В кабинете имелся большой диван, на который Граве часто укладывал для осмотра своих пациентов. Валер после бессонной ночи мечтал именно о таком диване. Граве обнаружил это после короткой беседы с Андреем.
— Товарищ ваш спит, — сказал доктор.
— Этой ночью товарищ мой спас от насильников девушку, которая может опознать по крайней мере одного из вымогателей, — ответил Андрей. — Вы не верите, что я смогу их найти и разоблачить, однако я чувствую — Господь мне помогает, — он имел в виду семь фунтов золотых империалов.
— Это удивительно.
— Что ж удивительного? Господь всегда на стороне справедливости.
— А то, что Божьим попущением вы лишились зрения?
— И это также часть Его замысла — сила Его совершается в немощи… — тут Андрей осекся. — Послушайте, Граве, вы ведь все еще православный?
— А кем же мне еще быть? — буркнул Граве.
— И что — ходите на службы, исповедуетесь, причащаетесь?
— Господин Соломин, вы шутить изволите? Да ежели меня увидят в церкви принимающим причастие — конец моей карьере. Только попрошу без нравоучений, и так тошно…
— Мало ли немцев переходят в…
— И слушать не желаю. Потом, когда-нибудь потом, когда добьюсь истинного успеха. Не раньше.
— Послушайте, мне в голову пришла мудрая мысль! — Андрей даже развеселился. — Что подумают ваши светские знакомцы, если увидят вас в церкви со мной? С человеком, у которого на глазах черная повязка?

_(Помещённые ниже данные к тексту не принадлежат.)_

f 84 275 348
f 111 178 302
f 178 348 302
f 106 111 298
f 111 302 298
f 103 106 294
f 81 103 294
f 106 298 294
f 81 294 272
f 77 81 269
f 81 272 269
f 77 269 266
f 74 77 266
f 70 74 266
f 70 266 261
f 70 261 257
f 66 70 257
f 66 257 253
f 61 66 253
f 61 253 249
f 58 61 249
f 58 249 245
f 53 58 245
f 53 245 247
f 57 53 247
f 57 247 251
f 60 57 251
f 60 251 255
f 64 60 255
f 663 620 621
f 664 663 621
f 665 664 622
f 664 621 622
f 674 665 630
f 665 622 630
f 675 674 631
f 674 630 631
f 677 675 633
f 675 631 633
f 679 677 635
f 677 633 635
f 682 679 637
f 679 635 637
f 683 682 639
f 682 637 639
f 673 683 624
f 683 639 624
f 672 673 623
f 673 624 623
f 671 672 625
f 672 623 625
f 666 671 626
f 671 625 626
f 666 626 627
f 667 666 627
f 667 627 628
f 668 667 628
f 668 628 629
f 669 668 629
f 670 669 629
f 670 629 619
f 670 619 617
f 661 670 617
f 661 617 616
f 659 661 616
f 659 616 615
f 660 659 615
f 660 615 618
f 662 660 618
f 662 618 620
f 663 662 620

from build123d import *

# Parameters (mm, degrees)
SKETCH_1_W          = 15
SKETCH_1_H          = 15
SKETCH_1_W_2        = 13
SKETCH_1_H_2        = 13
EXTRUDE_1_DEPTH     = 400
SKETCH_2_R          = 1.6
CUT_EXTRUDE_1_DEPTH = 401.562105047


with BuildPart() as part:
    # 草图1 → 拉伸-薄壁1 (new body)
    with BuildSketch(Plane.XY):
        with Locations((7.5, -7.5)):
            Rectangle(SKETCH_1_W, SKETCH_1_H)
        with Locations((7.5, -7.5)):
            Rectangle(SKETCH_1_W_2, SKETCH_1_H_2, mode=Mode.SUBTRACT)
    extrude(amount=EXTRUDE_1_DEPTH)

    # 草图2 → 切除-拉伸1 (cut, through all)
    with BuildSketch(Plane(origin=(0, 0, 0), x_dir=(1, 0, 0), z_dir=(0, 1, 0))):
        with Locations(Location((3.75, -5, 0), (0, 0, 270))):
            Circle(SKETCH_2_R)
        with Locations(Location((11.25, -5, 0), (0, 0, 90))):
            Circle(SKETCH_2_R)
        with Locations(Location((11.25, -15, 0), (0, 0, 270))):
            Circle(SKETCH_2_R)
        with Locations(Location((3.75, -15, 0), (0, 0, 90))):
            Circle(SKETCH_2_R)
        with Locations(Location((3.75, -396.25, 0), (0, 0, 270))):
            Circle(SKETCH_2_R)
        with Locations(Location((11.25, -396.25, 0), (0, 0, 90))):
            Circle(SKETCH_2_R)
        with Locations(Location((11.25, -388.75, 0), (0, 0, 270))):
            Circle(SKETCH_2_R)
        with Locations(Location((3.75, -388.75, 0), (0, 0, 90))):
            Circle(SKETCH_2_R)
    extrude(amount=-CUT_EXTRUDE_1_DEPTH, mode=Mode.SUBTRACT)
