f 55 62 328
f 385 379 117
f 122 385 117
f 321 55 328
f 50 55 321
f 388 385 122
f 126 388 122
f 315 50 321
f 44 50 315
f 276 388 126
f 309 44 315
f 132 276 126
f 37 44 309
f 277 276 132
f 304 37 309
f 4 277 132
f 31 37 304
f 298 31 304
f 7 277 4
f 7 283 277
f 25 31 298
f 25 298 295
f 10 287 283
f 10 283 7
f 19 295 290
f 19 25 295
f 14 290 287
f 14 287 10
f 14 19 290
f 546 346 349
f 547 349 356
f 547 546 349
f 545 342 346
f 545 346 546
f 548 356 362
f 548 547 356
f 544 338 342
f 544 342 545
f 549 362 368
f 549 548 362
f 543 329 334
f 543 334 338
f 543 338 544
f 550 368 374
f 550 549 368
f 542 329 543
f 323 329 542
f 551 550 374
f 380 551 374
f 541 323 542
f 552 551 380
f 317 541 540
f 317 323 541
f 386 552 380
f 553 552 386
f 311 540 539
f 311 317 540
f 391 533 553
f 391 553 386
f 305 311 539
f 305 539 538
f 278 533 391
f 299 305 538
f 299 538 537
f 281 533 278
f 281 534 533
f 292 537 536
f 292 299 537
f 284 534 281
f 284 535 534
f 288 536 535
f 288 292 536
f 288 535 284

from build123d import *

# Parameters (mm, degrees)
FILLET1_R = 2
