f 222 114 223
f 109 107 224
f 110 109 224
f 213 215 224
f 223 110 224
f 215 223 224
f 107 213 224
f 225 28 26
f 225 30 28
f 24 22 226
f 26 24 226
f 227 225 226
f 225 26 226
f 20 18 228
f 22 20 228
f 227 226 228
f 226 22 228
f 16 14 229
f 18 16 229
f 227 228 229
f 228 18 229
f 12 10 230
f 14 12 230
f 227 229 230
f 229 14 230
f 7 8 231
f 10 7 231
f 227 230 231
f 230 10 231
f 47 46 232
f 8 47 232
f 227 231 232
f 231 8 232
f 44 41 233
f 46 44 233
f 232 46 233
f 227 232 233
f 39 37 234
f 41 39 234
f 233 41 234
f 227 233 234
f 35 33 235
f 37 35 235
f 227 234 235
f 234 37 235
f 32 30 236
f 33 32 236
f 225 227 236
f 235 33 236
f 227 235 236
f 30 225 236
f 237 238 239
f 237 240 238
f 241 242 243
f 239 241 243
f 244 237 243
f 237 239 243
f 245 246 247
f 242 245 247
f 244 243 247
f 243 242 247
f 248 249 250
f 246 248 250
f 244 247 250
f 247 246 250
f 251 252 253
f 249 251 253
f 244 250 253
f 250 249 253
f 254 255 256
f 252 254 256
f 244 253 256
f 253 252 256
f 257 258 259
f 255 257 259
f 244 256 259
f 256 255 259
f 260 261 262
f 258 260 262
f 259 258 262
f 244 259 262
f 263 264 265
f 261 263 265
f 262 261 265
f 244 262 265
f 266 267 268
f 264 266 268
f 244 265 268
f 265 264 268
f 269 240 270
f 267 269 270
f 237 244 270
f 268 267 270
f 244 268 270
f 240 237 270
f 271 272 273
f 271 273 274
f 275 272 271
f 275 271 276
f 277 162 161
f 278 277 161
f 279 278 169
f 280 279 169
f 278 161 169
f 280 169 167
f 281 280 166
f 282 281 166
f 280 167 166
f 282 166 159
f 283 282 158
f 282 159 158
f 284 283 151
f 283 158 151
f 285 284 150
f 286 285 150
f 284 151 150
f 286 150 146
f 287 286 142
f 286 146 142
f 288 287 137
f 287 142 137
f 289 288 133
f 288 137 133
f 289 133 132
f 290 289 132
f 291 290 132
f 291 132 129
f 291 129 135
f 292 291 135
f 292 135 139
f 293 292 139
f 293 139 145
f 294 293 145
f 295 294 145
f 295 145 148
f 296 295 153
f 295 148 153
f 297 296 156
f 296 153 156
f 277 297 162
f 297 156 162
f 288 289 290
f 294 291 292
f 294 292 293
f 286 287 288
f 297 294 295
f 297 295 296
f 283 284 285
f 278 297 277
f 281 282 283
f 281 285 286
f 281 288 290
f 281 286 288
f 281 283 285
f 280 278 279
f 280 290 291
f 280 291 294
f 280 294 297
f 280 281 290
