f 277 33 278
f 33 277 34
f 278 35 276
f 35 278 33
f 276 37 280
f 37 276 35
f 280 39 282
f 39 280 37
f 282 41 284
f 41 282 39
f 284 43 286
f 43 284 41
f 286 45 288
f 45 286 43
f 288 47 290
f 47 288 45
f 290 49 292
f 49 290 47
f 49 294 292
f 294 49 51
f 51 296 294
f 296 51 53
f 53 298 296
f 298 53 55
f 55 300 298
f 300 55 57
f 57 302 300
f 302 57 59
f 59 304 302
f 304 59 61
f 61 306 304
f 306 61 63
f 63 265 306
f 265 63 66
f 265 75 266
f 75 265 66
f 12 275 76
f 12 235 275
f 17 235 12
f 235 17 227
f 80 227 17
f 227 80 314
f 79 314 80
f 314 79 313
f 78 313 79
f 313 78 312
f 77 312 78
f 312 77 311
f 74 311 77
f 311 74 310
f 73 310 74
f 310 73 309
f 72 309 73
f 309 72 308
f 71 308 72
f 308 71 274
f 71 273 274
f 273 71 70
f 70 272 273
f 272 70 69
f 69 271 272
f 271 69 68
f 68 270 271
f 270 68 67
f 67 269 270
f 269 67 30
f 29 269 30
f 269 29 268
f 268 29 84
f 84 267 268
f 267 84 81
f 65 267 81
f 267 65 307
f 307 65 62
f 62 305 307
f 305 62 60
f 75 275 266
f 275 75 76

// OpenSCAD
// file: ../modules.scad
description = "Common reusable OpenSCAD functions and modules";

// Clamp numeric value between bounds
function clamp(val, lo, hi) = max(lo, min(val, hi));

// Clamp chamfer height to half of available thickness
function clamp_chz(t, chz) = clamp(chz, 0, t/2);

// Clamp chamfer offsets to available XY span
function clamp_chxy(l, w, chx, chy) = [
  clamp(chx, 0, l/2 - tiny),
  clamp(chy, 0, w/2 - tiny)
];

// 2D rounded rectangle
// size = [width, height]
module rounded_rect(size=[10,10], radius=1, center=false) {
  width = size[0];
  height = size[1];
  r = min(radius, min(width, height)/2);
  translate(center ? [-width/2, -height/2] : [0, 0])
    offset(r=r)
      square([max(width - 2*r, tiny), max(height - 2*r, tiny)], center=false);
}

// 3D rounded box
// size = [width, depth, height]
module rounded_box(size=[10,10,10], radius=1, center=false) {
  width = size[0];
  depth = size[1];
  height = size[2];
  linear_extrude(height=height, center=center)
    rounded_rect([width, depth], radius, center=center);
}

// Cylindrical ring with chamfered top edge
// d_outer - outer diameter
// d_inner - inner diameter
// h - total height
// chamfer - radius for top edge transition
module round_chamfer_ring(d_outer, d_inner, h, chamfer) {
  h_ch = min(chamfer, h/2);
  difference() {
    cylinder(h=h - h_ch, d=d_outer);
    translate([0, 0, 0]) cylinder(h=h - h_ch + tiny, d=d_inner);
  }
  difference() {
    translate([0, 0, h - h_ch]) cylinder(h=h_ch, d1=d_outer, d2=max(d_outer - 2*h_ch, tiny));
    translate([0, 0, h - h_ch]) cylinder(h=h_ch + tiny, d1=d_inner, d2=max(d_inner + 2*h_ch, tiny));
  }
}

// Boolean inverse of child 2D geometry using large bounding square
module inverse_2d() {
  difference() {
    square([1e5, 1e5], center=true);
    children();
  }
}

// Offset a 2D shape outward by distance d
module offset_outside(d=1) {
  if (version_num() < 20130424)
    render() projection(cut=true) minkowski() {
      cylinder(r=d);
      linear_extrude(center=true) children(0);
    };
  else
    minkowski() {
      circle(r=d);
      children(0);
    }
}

— А черт их знает, что они подумают… — тут Граве явно заинтересовался предложением. — Ну, пожалуй, что я по просьбе пациента сопровождаю его…
— Мне Господь деньги послал, я должен в ответ и для Него хоть что-то совершить. Давайте я вас в храм Божий приведу, хоть часть службы отстоите? Заберемся в дальний угол, в тень… И вам зачтется, и мне.
— Бывают ли дневные службы?
— Я не уверен. Но днем в Казанском или крестят, или венчают, или отпевают, а это — тоже богослужение. К тому же вы вполне можете оказаться гостем на венчании, к примеру…
Отчего Андрею вдруг втемяшилось в голову заново воцерковить блудного доктора? Видимо, это Андреево упрямство требовало своего — надобно переупрямить Граве, да и только. Но была в данной затее и более благородная подкладка: привязать доктора к розыску вымогателей. Он думал, что отделался двумя столбиками монет в бумажках, ан нет же! Граве может быть и иным полезен. Доктор ведь так и не сообщил, какие богатые свадьбы назревают в столице. Идея отвести его в церковь родилась мгновенно и была необязательна — с тем же успехом Андрей мог его потащить на Смоленское кладбище или в Большой Каменный слушать оперу.
Видимо, Василий Турищев, натянувший на свою тверскую физиономию немецкую мину, все же ощущал душевное неудобство из-за своего временного отхода от веры. Он читал вольнодумных философов, как все образованное общество, мог в беседе прикинуться атеистом, но правила, которые вложили ему в голову в детстве и отрочестве, не умерли — просто он от них до поры успешно отмахивался. Страх быть разоблаченным оказался сильнее — и Андрей ощущал присутствие этого страха в виде невнятного запаха. Безымянных запахов в кабинете доктора было довольно, но все они имели медицинский смысл, этот же и не ноздрями улавливался, а еще как-то.
Сам Андрей знал, что такое страх, как всякий мужчина, пришедший с войны. Те, что не знали, — так на той войне и остались. Знал он также, какое нужно усилие, чтобы выйти с обнаженной шпагой перед колонной своих мушкетеров, в виду у неприятеля. Чтобы Граве отринул смирение и помог найти вымогателей, он должен был вырастить в своей душе из макового зернышка целый куст доблести. Вот если бы только закинуть ему в душу это самое зернышко!
Граве приказал Эрнесту сварить крепкий кофей. К больной даме он уже безнадежно опоздал — и послал ей лживую записку о мнимой хворобе. Выпив кофея с настоящим немецким вишневым штруделем (кухня у доктора, была, разумеется, заведена на немецкий лад), Граве с Эрнестом разбудили Валера, для которого нарочно оставили и чашку кофея, и кусок штруделя. Потом втроем они поехали в Казанский собор.